EXERCISE AIM: Give again, word for word, every line in the entries below from the line with "# Parameters (mm, degrees)" up to and including the line with "Rebuilt in FreeCAD, every", and no other line.

Records from a data collection:

#####

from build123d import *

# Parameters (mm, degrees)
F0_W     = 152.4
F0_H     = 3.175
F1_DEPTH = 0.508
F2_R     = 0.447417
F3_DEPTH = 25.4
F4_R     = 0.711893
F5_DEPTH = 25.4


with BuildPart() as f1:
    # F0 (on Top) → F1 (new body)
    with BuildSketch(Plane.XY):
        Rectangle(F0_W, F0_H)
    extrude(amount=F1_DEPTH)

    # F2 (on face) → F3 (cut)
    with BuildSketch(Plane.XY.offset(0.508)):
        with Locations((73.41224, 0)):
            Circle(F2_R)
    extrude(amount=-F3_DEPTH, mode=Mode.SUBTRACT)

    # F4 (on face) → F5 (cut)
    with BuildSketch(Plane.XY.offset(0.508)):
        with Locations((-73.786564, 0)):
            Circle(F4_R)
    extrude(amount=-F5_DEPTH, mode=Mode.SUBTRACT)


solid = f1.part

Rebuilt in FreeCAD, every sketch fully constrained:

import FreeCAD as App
import Part
import Sketcher
from FreeCAD import Vector
Q = App.Units.Quantity

doc = App.newDocument("Part")
body = doc.addObject("PartDesign::Body", "Body")

# Sketch on XY plane
sketch1 = doc.addObject("Sketcher::SketchObject", "Sketch")
body.addObject(sketch1)
sketch1.AttachmentSupport = (doc.XY_Plane, [""])
sketch1.MapMode = "FlatFace"
sketch1.addGeometry([
    Part.LineSegment(Vector(-76.2, 1.6, 0), Vector(-76.2, -1.6, 0)),
    Part.LineSegment(Vector(-76.2, -1.6, 0), Vector(76.2, -1.6, 0)),
    Part.LineSegment(Vector(76.2, -1.6, 0), Vector(76.2, 1.6, 0)),
    Part.LineSegment(Vector(76.2, 1.6, 0), Vector(-76.2, 1.6, 0)),
], False)
sketch1.addConstraint([
    Sketcher.Constraint("Coincident", 0, 2, 1, 1),
    Sketcher.Constraint("Coincident", 1, 2, 2, 1),
    Sketcher.Constraint("Coincident", 2, 2, 3, 1),
    Sketcher.Constraint("Coincident", 3, 2, 0, 1),
    Sketcher.Constraint("Vertical", 0),
    Sketcher.Constraint("Horizontal", 1),
    Sketcher.Constraint("Vertical", 2),
    Sketcher.Constraint("Horizontal", 3),
    Sketcher.Constraint("Symmetric", 0, 2, 2, 2, -1, 1),
    Sketcher.Constraint("DistanceX", 1, 1, 1, 2, Q("6 in")),
    Sketcher.Constraint("DistanceY", 0, 2, 0, 1, Q("0.125 in")),
])
pad1 = doc.addObject("PartDesign::Pad", "Pad")
body.addObject(pad1)
pad1.Profile = sketch1
pad1.Length = Q("0.02 in")

# Sketch on XY plane
sketch2 = doc.addObject("Sketcher::SketchObject", "Sketch001")
body.addObject(sketch2)
sketch2.AttachmentSupport = (doc.XY_Plane, [""])
sketch2.MapMode = "FlatFace"
sketch2.AttachmentOffset = App.Placement(Vector(0, 0, 0.02 * 25.4), App.Rotation())
sketch2.addGeometry(Part.Circle(Vector(73.41, 0, 0), Vector(0, 0, 1), 0.45), False)
sketch2.addConstraint([
    Sketcher.Constraint("PointOnObject", 0, 3, -1),
    Sketcher.Constraint("Diameter", 0, Q("0.894834 mm")),
    Sketcher.Constraint("DistanceX", -1, 1, 0, 3, Q("73.41224 mm")),
])
pocket1 = doc.addObject("PartDesign::Pocket", "Pocket")
body.addObject(pocket1)
pocket1.Profile = sketch2
pocket1.Length = Q("1 in")

# Sketch on XY plane
sketch3 = doc.addObject("Sketcher::SketchObject", "Sketch002")
body.addObject(sketch3)
sketch3.AttachmentSupport = (doc.XY_Plane, [""])
sketch3.MapMode = "FlatFace"
sketch3.AttachmentOffset = App.Placement(Vector(0, 0, 0.02 * 25.4), App.Rotation())
sketch3.addGeometry(Part.Circle(Vector(-73.8, 0, 0), Vector(0, 0, 1), 0.7), False)
sketch3.addConstraint([
    Sketcher.Constraint("PointOnObject", 0, 3, -1),
    Sketcher.Constraint("Diameter", 0, Q("1.423786 mm")),
    Sketcher.Constraint("DistanceX", 0, 3, -1, 1, Q("73.786564 mm")),
])
pocket2 = doc.addObject("PartDesign::Pocket", "Pocket001")
body.addObject(pocket2)
pocket2.Profile = sketch3
pocket2.Length = Q("1 in")

doc.recompute()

#####

THE ANSWER:
# Parameters (mm, degrees)
F0_W     = 152.4
F0_H     = 3.175
F1_DEPTH = 0.508
F2_R     = 0.447417
F3_DEPTH = 25.4
F4_R     = 0.711893
F5_DEPTH = 25.4


with BuildPart() as f1:
    # F0 (on Top) → F1 (new body)
    with BuildSketch(Plane.XY):
        Rectangle(F0_W, F0_H)
    extrude(amount=F1_DEPTH)

    # F2 (on face) → F3 (cut)
    with BuildSketch(Plane.XY.offset(0.508)):
        with Locations((73.41224, 0)):
            Circle(F2_R)
    extrude(amount=-F3_DEPTH, mode=Mode.SUBTRACT)

    # F4 (on face) → F5 (cut)
    with BuildSketch(Plane.XY.offset(0.508)):
        with Locations((-73.786564, 0)):
            Circle(F4_R)
    extrude(amount=-F5_DEPTH, mode=Mode.SUBTRACT)


solid = f1.part

Rebuilt in FreeCAD, every sketch fully constrained:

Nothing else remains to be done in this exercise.